I stepped into her bedroom and took a turn around it without putting my hands on any of its surfaces. The bed was rumpled, and the rest of the room looked the same-scattered clothing, jars of cosmetics, bunches of dog-eared paperback books. There were also half a dozen framed photographs of well-groomed men, all of them signed with the word “love.”
The retching noises had stopped when I came out, and I could hear water running in the bathroom. I moved down to the other, smaller bedroom. Desk with an electric portable typewriter and a dictating machine on its top. No photographs and nothing much else on the furniture. No sign of a manuscript, either; that would be locked away somewhere, I thought.

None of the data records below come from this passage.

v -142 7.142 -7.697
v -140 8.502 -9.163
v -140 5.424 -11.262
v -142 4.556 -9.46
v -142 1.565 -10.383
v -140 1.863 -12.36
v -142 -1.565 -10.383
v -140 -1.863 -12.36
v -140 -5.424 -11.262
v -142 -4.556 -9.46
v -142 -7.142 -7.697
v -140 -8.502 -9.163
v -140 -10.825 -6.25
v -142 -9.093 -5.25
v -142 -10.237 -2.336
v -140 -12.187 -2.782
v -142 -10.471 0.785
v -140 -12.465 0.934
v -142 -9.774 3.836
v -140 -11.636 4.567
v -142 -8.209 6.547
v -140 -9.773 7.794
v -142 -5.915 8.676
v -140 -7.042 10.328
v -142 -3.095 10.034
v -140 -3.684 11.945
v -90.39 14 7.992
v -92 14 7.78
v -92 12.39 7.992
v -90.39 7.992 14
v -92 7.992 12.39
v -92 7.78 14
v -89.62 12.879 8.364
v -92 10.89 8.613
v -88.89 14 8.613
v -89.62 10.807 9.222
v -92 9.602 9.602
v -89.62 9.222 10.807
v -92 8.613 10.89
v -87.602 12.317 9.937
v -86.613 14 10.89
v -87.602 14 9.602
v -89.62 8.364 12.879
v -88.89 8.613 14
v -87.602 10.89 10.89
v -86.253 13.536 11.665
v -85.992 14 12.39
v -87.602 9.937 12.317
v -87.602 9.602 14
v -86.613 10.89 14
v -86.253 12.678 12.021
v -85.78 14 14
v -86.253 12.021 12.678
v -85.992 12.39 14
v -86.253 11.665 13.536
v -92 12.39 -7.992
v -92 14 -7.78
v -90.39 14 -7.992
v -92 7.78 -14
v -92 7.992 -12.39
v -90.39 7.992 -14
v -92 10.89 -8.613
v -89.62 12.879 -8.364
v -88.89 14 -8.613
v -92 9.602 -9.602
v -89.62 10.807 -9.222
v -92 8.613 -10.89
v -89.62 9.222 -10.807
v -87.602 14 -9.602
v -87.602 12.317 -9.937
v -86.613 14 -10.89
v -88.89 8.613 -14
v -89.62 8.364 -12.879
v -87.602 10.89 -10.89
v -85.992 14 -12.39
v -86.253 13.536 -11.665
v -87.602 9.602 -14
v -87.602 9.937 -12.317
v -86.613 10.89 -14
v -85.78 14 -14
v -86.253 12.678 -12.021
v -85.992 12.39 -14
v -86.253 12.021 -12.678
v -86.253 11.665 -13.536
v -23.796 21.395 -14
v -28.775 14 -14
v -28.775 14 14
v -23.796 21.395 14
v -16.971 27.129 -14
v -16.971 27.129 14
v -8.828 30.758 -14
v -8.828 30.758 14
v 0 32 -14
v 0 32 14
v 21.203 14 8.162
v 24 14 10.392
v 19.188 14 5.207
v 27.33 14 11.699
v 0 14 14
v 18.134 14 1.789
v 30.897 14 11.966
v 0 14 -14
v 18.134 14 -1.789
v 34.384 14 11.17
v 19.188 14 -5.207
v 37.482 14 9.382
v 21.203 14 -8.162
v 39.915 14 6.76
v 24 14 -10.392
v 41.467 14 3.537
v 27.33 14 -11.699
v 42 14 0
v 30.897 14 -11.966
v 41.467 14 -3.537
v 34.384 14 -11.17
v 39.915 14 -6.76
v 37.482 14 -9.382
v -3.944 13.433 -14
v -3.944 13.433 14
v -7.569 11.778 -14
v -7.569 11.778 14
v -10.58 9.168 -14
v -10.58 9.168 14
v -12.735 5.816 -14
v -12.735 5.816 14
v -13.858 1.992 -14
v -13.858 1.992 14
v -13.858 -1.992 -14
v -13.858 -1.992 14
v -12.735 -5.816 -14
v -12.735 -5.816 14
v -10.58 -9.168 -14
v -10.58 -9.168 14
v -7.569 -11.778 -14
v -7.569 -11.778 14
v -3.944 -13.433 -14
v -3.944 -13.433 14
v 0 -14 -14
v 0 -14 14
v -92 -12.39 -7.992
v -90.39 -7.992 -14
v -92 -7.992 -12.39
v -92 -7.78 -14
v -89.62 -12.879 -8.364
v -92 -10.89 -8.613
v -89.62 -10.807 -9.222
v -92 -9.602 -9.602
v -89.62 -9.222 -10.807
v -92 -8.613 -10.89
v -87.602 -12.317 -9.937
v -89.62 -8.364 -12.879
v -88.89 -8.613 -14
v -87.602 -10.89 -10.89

The sliding closet door was ajar, so I put my head through the opening. The closet was empty except for two bulky suitcases. I nudged both with my foot and both seemed to be packed full.
Half a minute after I returned to the living room, Lauren Speers reappeared. When she saw me she ducked her head and said, “Don’t look at me, I look like hell.” But I looked at her anyway. I also blocked her way to the door.

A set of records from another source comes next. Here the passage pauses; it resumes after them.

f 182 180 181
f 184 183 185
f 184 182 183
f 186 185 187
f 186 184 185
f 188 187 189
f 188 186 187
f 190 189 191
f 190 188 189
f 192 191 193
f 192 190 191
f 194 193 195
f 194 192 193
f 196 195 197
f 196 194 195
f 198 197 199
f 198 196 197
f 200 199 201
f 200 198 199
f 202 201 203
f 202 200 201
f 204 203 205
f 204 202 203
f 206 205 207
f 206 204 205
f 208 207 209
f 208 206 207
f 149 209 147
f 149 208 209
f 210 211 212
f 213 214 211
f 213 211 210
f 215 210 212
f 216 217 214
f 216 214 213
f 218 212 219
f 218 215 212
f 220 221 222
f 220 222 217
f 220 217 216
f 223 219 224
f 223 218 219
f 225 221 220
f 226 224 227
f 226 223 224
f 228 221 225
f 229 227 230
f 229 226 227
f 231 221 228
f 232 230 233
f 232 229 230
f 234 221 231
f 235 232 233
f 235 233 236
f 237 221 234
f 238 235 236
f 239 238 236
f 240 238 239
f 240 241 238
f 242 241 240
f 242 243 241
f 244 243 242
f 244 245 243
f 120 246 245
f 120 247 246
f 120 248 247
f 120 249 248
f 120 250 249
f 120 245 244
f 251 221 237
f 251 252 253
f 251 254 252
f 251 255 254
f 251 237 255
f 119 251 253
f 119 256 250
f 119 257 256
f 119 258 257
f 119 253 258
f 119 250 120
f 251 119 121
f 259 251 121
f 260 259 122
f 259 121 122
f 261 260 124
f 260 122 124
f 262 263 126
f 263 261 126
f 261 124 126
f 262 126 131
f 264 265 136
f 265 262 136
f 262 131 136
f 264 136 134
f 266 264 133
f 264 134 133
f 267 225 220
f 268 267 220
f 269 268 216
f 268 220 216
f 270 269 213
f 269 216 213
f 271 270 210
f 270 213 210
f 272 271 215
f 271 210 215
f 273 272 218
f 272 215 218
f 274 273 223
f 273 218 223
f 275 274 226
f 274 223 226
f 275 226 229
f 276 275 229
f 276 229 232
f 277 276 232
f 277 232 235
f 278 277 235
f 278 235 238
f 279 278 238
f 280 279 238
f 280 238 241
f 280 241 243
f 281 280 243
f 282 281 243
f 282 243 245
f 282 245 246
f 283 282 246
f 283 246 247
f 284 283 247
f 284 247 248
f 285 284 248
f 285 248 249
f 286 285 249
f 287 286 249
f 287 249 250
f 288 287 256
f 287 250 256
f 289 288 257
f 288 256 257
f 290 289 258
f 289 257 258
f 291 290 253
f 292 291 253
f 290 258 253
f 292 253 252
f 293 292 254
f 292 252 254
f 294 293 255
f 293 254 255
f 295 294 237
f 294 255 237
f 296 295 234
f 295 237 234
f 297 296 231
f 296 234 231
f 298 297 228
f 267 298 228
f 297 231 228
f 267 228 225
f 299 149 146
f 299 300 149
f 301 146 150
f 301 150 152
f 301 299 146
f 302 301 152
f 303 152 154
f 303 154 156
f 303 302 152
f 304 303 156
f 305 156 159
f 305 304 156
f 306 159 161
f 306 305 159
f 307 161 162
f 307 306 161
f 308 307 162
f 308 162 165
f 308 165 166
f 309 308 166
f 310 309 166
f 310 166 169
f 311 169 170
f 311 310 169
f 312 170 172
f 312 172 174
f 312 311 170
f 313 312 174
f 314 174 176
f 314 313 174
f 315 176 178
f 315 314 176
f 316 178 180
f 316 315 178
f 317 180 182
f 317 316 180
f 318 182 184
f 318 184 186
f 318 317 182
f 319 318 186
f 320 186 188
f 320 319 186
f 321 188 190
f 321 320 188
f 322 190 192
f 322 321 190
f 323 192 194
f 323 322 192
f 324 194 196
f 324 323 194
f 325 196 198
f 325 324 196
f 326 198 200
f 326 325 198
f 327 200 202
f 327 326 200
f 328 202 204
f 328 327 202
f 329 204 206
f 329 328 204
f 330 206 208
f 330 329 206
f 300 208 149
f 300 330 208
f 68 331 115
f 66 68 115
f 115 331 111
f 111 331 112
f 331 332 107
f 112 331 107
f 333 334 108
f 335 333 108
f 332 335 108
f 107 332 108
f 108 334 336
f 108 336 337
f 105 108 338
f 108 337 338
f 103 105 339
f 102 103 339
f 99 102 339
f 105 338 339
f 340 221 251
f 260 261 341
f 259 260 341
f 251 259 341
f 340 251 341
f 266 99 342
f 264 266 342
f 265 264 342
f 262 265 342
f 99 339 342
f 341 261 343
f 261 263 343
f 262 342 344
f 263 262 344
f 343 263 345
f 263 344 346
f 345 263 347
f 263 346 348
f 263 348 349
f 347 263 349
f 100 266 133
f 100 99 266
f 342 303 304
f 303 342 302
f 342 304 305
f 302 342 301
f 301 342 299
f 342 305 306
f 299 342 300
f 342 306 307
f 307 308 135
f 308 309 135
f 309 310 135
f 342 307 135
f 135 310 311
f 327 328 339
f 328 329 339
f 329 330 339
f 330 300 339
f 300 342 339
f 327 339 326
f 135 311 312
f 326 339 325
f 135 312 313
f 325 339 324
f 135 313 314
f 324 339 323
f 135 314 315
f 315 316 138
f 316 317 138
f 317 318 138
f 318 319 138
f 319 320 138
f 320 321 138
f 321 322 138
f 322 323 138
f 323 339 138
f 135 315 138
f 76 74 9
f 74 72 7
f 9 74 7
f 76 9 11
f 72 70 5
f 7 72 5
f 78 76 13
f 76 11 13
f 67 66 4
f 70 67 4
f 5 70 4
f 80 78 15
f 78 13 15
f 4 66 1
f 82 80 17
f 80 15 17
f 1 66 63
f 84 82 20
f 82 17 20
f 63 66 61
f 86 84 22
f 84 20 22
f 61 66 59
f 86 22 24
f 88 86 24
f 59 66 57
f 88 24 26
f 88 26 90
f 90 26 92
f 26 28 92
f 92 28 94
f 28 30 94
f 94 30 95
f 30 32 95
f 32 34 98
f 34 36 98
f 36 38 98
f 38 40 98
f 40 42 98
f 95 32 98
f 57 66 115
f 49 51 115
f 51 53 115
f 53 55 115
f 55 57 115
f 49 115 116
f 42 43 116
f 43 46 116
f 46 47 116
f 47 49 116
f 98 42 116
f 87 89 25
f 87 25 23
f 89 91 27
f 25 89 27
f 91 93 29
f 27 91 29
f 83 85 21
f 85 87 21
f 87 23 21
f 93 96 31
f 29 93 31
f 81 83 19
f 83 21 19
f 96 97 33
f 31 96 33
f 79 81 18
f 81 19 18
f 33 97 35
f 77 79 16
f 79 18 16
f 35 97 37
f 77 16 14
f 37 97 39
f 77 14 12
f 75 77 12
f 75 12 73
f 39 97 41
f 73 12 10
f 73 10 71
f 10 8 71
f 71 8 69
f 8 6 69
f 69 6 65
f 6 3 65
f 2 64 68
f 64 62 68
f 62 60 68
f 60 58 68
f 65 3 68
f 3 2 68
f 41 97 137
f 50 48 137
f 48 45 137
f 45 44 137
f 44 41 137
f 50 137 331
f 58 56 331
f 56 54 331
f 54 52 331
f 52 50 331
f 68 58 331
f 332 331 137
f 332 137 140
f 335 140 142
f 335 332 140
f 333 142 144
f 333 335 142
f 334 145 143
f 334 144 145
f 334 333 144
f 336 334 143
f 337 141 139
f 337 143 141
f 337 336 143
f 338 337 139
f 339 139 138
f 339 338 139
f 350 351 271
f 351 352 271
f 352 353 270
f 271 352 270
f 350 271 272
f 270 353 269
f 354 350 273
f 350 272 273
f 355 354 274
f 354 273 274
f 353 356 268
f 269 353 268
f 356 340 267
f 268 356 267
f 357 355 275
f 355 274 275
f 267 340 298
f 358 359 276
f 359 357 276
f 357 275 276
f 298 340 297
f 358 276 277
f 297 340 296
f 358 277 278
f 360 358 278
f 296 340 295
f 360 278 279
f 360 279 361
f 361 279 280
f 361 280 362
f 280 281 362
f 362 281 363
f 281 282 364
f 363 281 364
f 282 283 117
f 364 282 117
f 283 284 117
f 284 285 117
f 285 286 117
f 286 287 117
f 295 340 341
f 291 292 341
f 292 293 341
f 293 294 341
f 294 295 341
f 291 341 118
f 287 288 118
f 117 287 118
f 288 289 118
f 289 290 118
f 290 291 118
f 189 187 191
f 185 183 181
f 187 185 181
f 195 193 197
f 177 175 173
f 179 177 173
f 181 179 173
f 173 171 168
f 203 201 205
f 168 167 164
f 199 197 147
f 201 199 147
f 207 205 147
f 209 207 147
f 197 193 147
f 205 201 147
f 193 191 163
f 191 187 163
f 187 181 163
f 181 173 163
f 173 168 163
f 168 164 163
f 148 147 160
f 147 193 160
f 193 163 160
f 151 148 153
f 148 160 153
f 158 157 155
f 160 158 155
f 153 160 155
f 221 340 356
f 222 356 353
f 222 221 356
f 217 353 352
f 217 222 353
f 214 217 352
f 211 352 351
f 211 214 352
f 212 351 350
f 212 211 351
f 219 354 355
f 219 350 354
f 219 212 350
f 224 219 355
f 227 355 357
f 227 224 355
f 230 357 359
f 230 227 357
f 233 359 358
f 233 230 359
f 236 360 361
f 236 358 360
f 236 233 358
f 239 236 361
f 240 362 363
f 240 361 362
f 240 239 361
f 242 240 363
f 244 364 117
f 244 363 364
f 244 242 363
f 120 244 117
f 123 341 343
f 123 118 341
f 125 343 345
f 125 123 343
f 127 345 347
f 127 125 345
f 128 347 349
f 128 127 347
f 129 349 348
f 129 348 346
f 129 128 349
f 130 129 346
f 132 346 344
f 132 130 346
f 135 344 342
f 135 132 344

Using my handkerchief, I took out the piece of notepaper I had found earlier and held it up where she could see what was written on it. “Do you have any idea what this is, Ms. Speers?” She started to reach for it, but I said, “No, don’t touch it. Just look.”
She looked. “I never saw it before,” she said.
“Is the handwriting familiar?”
“Yes. It’s Bernice’s.”
“From the looks of it, she was left-handed.”
“Yes, she was. If that matters.”
“The three names here-are they familiar?”
“Yes. James Huddleston is the former state attorney general. Edward Boyer and Samuel Rykman are both prominent businessmen.”
“Close friends of yours?”
Her mouth turned crooked. “Not anymore.”
“Why is that?”
“Because they’re bastards.”
“Oh?”
“And one is an out-and-out thief.”
“Which one?”
She shook her head-there was a feral gleam in her eyes now-and started past me. I let her go. Then I put the paper away again, followed her onto the porch.
The security chief had planted himself on the cottage path to wait for the county police; Craig was down there with him. The resident director had disappeared somewhere, probably to go do something about protecting Xanadu’s reputation. Nobody was paying any attention to me, so I went down and along a packed-earth path that skirted the far side of the cottage.
At the rear there were steps leading up onto the balcony. I climbed them and took a look at the strip of film I had noticed earlier, caught on a wood splinter through one of several small holes along its edge. It was the stiff and sturdy kind they use to make slides-the kind that wouldn’t bend easily under a weight laid on it edgewise.
I paced around for a time, looking at this and that. Then I stood still and stared down at the ocean spray boiling over the rocks below, not really seeing it, looking at some things inside my head instead. I was still doing that when more cart noises sounded out front, two or three carts this time, judging from the magnified whirring and whining. County cops, I thought. Nice timing, too.